Hello, I was wondering if there is any progress on name to ID matching for bills and votes for the v2 API. If there is anything I can help with in speeding up this progress I may be able to help. I have started a fuzzy name to ID matching function; I am not sure if this is the best way to progress depending on how it is handled on the OS side.
We’ll be putting out an updated project roadmap soon, and this is likely #2 on it.
(#1 is the completion of the full text search features recently announced.)
The current plan is for us to add aliases to legislators, since an analysis a couple of years back suggested there aren’t that many for most legislators.
What this would look like would likely be a list of unmatched names, a tool to figure out who they might be, and then a PR (automated hopefully) to the openstates/people repo that adds that alias to that person. There are a few things to figure out (mainly: what if there are alias collisions, do we have any way of coping with that or do they remain unmatched) but that seems like the path forward.
We’d be super glad to have help, and I wouldn’t rule out other approaches if you want to experiment, glad to provide assistance where I can.
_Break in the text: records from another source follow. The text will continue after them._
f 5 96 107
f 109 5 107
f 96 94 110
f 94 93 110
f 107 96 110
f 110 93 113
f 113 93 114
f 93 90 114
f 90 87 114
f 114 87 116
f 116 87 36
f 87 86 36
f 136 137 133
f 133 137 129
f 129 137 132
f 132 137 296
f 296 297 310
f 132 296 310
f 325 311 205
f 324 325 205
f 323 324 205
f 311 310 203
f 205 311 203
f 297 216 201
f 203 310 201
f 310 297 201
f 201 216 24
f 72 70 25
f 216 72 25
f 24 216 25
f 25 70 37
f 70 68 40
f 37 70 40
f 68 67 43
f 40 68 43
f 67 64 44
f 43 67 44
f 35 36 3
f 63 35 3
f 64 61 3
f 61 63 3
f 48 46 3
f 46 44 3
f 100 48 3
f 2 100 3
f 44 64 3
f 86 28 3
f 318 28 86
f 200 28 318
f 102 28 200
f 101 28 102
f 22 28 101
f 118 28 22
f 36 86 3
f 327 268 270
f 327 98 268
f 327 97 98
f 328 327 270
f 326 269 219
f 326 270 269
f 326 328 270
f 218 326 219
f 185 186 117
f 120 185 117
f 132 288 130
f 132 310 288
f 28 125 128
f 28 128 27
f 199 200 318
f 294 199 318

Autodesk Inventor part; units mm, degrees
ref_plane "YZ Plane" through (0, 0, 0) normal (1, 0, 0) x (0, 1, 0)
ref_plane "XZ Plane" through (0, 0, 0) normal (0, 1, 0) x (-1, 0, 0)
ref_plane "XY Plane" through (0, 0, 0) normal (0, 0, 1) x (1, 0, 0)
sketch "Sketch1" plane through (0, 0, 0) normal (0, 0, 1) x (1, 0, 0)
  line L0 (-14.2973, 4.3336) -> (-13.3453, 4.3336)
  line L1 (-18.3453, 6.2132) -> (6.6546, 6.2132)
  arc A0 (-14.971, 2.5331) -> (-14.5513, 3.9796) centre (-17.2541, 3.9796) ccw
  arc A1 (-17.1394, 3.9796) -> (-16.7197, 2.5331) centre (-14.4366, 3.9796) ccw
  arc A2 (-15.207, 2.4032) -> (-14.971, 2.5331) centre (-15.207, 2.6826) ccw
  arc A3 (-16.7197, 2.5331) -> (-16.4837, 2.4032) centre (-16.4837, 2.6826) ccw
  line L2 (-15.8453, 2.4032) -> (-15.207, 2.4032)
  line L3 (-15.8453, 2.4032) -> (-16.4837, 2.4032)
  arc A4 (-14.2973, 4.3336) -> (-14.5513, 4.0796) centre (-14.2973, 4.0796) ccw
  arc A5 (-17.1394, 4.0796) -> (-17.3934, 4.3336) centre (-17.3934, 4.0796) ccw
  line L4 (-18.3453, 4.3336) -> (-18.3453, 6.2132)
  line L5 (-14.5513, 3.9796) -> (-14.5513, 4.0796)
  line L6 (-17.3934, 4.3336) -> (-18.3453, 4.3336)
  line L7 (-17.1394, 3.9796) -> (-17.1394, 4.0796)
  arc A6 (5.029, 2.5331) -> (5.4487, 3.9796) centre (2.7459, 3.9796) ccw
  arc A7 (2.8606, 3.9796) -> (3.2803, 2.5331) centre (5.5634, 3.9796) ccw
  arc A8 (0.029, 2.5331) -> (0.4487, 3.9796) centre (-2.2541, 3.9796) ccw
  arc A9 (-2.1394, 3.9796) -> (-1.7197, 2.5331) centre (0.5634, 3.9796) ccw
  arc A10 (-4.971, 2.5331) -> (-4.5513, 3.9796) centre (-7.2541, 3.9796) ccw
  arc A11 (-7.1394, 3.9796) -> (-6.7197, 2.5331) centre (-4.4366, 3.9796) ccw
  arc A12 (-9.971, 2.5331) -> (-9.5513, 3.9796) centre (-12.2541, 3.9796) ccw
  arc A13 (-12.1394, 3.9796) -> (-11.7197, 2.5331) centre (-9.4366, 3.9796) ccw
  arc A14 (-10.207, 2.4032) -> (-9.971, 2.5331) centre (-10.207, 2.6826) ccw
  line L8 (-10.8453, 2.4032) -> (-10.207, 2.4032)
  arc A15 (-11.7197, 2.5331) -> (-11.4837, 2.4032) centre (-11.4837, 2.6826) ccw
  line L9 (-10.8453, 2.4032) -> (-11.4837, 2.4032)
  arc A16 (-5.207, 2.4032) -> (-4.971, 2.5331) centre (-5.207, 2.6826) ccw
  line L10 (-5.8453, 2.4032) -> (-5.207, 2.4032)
@james, I did some experimentation on unknown-legislator-names a few years ago; I wish I could remember more of it.
Do you intend for the tool to run within Django, or external via GraphQL?
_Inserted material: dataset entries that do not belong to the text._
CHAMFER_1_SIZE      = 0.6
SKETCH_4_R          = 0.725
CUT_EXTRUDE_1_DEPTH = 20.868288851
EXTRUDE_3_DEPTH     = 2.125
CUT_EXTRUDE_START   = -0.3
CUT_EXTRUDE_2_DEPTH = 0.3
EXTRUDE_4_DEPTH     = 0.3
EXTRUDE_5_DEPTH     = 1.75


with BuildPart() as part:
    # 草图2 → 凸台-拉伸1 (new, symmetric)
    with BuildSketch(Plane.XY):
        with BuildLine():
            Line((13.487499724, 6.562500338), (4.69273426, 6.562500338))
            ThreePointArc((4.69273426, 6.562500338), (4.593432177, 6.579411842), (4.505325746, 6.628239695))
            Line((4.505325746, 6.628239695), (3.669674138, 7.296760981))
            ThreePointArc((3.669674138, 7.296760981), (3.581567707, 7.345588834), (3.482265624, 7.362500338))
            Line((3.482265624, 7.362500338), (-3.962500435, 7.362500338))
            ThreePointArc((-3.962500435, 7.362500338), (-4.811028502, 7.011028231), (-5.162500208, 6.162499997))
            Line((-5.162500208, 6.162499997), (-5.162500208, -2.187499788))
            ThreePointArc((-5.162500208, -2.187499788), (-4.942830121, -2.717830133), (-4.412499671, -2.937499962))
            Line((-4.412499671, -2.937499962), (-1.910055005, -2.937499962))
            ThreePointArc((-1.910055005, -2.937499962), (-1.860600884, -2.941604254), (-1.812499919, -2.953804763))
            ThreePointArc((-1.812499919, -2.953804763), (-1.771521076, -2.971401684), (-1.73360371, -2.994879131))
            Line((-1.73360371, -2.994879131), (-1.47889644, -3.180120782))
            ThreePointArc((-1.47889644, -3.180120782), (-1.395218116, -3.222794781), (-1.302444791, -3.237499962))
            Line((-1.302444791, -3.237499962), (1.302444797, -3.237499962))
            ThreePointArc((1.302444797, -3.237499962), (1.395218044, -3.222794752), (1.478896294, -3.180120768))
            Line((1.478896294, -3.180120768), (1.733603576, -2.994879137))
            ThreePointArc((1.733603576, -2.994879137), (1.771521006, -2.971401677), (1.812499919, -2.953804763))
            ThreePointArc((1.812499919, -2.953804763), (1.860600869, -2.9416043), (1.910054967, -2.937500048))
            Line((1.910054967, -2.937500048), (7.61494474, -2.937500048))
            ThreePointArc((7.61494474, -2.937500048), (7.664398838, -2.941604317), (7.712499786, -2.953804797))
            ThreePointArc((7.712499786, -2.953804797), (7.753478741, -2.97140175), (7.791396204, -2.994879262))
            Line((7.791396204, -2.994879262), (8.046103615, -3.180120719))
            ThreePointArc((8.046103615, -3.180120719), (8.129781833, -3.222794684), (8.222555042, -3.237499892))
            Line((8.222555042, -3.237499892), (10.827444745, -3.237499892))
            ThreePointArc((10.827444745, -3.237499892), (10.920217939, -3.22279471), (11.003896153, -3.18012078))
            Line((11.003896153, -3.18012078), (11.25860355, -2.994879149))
This may be obvious, but I found that one could sometimes do surprisingly good work if one first determined the characteristics of roll call vote-sets in a chamber. For example, if one knows the number of seats in a chamber, and can find a vote-set that lists the same number of legislators, then any unknown names in the vote-set must be aliases, replacements, or temporary substitutes for legislators that are “missing” from the vote-set.